Percival Everett’s abounding talent is in an inverse relationship to his popularity, as the novelist’s small cadre of fans and scholars have long known. Aspects of his writing that go a long way toward creating his appeal also probably forestall wider recognition: his irreverence toward race relations, his impiety toward the veritable civic religion of identity, his formal unpredictability and experimentation, his willingness to take risks (which sometimes do not pan out). Readers who love one of his books sometimes don’t care for the next, and so reputational momentum may get lost. Yet Everett, also a longtime professor at the University of Southern California, is sanguine about his critical reception. In a 2015 interview, he remarked: “I have pretty strict rules about interpreting my own mission or my own works. It’s not my place. I’m a writer. I make novels, and then I stand away and let the novel do the work.”
Everett’s new novel, So Much Blue, has dashes of his signature quirky comedy, but it’s not one of his roaring, monster-truck satires that soar through the air and crush their targets, as with Glyph (1999, on literary theory), Erasure (2001, on the cynical marketing of black pathology), or A History of the African-American People (Proposed) by Strom Thurmond (2004, an epistolary novel written with James Kincaid).
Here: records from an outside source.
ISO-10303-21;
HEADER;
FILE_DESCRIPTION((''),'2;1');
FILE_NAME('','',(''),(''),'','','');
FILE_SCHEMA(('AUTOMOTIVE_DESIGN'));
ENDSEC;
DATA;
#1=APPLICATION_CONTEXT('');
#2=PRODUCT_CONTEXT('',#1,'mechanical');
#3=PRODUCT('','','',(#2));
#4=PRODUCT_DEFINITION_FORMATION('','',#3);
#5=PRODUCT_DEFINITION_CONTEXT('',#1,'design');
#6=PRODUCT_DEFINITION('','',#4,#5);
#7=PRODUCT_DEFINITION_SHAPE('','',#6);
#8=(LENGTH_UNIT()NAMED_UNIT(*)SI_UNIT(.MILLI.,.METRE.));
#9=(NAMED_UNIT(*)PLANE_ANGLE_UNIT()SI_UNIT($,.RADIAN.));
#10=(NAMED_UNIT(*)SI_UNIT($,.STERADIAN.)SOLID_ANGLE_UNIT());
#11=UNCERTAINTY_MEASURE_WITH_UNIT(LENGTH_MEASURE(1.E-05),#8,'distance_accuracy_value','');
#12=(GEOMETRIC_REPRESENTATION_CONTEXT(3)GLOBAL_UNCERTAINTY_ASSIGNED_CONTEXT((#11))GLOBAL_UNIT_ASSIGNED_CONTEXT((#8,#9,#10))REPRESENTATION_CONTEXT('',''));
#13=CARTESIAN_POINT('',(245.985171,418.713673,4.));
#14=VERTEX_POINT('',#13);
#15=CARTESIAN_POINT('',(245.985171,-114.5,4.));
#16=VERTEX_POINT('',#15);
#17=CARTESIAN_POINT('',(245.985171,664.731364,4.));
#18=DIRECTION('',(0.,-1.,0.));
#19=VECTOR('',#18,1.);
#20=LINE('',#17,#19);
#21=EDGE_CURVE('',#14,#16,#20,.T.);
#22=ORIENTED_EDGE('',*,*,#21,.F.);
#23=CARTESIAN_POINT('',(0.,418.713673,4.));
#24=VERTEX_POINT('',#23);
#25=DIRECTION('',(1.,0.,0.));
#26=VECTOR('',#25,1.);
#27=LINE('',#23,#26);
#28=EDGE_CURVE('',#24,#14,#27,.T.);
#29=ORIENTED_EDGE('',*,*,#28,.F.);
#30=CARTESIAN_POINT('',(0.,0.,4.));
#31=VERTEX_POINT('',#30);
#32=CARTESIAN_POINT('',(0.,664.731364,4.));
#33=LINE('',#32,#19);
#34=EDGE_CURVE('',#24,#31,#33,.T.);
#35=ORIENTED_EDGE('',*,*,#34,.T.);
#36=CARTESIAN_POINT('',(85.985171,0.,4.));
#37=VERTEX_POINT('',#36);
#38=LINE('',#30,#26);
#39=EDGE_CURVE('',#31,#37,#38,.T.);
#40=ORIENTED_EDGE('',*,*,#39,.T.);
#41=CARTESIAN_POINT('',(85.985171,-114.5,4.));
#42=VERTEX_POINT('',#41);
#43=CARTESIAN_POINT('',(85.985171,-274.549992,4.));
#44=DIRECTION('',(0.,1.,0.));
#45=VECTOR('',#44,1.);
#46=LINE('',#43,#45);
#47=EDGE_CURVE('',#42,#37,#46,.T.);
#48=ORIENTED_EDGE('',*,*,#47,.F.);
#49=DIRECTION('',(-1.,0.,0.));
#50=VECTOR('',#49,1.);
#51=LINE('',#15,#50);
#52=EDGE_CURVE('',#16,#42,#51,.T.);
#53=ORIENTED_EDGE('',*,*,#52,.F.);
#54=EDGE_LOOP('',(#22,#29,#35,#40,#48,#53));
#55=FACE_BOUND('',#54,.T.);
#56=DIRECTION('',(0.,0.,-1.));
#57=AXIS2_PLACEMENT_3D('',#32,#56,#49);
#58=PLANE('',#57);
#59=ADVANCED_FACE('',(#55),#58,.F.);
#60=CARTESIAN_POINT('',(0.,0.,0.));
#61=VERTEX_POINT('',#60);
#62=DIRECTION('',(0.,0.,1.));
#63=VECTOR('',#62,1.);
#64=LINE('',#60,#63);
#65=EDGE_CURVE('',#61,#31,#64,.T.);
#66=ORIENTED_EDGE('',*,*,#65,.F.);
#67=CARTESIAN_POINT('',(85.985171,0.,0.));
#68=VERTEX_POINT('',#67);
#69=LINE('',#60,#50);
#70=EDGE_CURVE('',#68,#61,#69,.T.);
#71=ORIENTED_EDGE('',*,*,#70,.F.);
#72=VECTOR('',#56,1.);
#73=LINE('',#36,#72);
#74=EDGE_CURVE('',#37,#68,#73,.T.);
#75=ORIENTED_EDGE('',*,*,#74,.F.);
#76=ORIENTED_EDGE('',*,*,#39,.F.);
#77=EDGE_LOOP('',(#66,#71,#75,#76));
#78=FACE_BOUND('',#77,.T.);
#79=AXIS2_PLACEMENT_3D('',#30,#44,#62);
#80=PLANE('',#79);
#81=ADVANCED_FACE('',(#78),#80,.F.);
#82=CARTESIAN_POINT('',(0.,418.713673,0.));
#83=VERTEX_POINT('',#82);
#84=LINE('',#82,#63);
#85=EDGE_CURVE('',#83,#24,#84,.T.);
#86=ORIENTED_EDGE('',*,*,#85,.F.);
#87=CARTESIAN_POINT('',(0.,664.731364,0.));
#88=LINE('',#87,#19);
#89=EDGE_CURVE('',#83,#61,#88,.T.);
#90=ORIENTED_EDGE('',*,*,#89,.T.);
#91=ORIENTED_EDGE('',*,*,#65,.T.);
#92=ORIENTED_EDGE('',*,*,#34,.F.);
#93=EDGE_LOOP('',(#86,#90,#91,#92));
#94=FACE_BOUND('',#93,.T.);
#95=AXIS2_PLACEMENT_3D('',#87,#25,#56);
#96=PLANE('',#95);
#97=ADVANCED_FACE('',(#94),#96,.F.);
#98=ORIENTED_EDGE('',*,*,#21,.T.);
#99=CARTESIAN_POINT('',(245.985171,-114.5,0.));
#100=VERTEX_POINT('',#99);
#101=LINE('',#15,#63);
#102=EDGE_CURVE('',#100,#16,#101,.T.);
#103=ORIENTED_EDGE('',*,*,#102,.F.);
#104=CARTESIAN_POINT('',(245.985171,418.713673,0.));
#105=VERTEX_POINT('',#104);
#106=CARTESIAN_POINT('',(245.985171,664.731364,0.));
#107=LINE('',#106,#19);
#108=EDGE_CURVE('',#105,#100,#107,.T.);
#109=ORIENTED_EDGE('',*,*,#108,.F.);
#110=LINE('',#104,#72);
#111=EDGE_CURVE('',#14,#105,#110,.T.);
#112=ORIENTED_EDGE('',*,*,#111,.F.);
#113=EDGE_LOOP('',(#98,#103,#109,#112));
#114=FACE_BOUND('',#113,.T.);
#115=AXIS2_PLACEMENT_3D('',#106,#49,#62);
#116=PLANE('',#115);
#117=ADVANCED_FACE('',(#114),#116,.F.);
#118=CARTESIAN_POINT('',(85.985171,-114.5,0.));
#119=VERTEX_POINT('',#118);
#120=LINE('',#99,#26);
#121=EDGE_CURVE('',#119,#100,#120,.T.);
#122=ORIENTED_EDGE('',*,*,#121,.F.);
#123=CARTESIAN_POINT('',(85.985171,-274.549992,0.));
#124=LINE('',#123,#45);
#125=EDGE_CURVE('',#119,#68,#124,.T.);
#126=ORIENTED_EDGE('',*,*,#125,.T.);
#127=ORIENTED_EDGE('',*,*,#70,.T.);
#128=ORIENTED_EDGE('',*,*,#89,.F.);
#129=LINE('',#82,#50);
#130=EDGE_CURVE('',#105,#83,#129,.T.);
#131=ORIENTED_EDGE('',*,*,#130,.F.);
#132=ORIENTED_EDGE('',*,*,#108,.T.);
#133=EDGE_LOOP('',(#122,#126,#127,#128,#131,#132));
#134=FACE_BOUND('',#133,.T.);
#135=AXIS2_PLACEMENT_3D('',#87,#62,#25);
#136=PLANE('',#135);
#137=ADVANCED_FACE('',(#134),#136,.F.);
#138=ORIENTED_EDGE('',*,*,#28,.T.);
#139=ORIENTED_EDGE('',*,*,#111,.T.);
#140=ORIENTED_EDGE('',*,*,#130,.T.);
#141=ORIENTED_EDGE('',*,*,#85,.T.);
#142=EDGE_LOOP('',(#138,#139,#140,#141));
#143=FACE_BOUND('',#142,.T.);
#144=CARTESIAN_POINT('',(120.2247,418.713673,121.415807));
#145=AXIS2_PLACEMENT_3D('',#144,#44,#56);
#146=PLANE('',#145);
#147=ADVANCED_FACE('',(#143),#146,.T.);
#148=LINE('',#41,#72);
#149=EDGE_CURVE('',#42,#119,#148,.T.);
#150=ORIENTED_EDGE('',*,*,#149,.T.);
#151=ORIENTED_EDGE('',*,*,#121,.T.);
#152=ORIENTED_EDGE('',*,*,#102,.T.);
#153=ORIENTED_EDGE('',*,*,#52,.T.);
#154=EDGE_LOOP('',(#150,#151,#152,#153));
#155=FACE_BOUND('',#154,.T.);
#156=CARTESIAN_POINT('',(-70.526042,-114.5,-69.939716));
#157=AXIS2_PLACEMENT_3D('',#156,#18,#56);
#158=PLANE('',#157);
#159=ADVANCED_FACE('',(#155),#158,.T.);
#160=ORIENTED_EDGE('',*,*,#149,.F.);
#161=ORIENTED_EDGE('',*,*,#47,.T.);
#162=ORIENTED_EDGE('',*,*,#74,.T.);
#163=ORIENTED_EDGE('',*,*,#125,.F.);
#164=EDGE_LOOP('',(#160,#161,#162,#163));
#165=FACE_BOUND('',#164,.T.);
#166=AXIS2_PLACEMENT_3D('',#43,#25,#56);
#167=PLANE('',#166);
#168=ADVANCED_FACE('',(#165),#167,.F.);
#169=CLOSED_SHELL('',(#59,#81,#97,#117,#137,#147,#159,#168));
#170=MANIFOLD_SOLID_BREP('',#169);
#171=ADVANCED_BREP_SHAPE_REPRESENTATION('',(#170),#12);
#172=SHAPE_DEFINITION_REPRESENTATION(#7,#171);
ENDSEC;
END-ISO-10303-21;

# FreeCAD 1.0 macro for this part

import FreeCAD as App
import Part
import Sketcher


def add_polygon(sketch, points):
    """Adds a closed chain of lines whose ends are joined by coincident constraints."""
    first, n = sketch.GeometryCount, len(points)
    for a, b in zip(points, points[1:] + points[:1]):
        sketch.addGeometry(Part.LineSegment(App.Vector(*a, 0), App.Vector(*b, 0)), False)
    for i in range(n):
        sketch.addConstraint(Sketcher.Constraint("Coincident", first + i, 2, first + (i + 1) % n, 1))

doc = App.newDocument("Part")
body = doc.addObject("PartDesign::Body", "Body")

# Sketch on XZ plane
sketch1 = doc.addObject("Sketcher::SketchObject", "Sketch")
body.addObject(sketch1)
sketch1.AttachmentSupport = (doc.XZ_Plane, [""])
sketch1.MapMode = "FlatFace"
add_polygon(sketch1, [(0, 0), (0, 4), (246, 4), (246, 0)])  # lines 0-3
sketch1.addConstraint([
    Sketcher.Constraint("Vertical", 0),
    Sketcher.Constraint("Horizontal", 1),
    Sketcher.Constraint("Vertical", 2),
    Sketcher.Constraint("Horizontal", 3),
    Sketcher.Constraint("Coincident", 3, 2, -1, 1),
    Sketcher.Constraint("DistanceY", 0, 1, 0, 2, 4.0),
    Sketcher.Constraint("DistanceX", 1, 1, 1, 2, 245.985171),
])
pad1 = doc.addObject("PartDesign::Pad", "Pad")
body.addObject(pad1)
pad1.Profile = sketch1
pad1.Length = 418.713673
pad1.Reversed = True

# Sketch on XZ plane
sketch2 = doc.addObject("Sketcher::SketchObject", "Sketch001")
body.addObject(sketch2)
sketch2.AttachmentSupport = (doc.XZ_Plane, [""])
sketch2.MapMode = "FlatFace"
add_polygon(sketch2, [(86, 4), (86, 0), (246, 0), (246, 4)])  # lines 0-3
sketch2.addConstraint([
    Sketcher.Constraint("Vertical", 0),
    Sketcher.Constraint("Horizontal", 1),
    Sketcher.Constraint("Vertical", 2),
    Sketcher.Constraint("Horizontal", 3),
    Sketcher.Constraint("PointOnObject", 0, 2, -1),
    Sketcher.Constraint("DistanceX", 1, 1, 1, 2, 160.0),
    Sketcher.Constraint("DistanceY", 0, 2, 0, 1, 4.0),
    Sketcher.Constraint("DistanceX", -1, 1, 0, 2, 85.985171),
])
pad2 = doc.addObject("PartDesign::Pad", "Pad001")
body.addObject(pad2)
pad2.Profile = sketch2
pad2.Length = 114.5

doc.recompute()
Nor is it one of his hilarious formal experiments, such as I Am Not Sidney Poitier (2009, about a ringer for Sidney Poitier named Not Sidney Poitier), or his fun—if somewhat manic—study of storytelling, Percival Everett by Virgil Russell (2013). Nor is it much like his darker novels, such as The Water Cure (2007, about torture) or Assumption (2011, a fine detective yarn with a shocking twist).
So Much Blue is the story of a man—an average one, except for his talent as a painter—coming to terms with his past in the hopes of creating a better present for his wife and children. Kevin Pace is the narrator and protagonist, introduced in the midst of a crisis, in 2009, at the age of 56 (“if I died today everyone would comment on my youth and yet if I broke my leg trying to leap the back fence everyone would call me an old fool”). There are three strains on his psyche that are affecting his marriage: an incident that occurred in El Salvador in 1979, before he got married; an affair that he had in France in 1999, with a woman much younger than his wife; and his daughter’s choice to confide something personal to him rather than to his wife. A giant mystery canvas in Pace’s detached studio is the subject of speculation, in his family and in the art world at large (which is not subjected to as much satirical attack as might be expected from Everett). The questions raised by this painting—what it is, how it is, and what it does or does not mean—as well as their tentative answers are intertwined with Pace’s gradual transformation from a tormented enigma (in the eyes of his wife) to a better husband.
More than the story of a man and his family, though, So Much Blue is an extended meditation on seeing. Pace is an abstract painter who is also African-American, and in that way, the novel could not be timelier. In March, much controversy swirled around Dana Schutz’s Open Casket, a painting representing the murdered Emmett Till, which was displayed at the Whitney Biennial. In June, Sam Durant’s 2012 sculpture Scaffold, which sought to comment on the mass executions of Native Americans in 1862, was dismantled and burned, following an agreement between the Walker Art Center in Minneapolis and the local Native community, before the exhibit even opened. In 2015, the conceptual poet Kenneth Goldsmith, in a quest to extend his practice of “uncreative writing,” read aloud a poem titled “The Body of Michael Brown,” in which he used text from the Ferguson teenager’s autopsy report. Protesters against these works have argued that the use of black and Native tragedy as source material by white artists represents an appropriation of real trauma—manifestations of white supremacy, not attempts to confront it. Endeavoring to make art from another person’s pain isn’t the same as cultural appropriation, but such pursuits, as generally conceived today, share a relationship to notions of identity-based ownership—of certain histories, certain cultural expressions. But while a different culture’s history shouldn’t be declared categorically off-limits to an artist, there are meaningful questions of quality, context, understanding, power, and purpose to be considered—and, along those lines, each work of art must be evaluated on its own terms.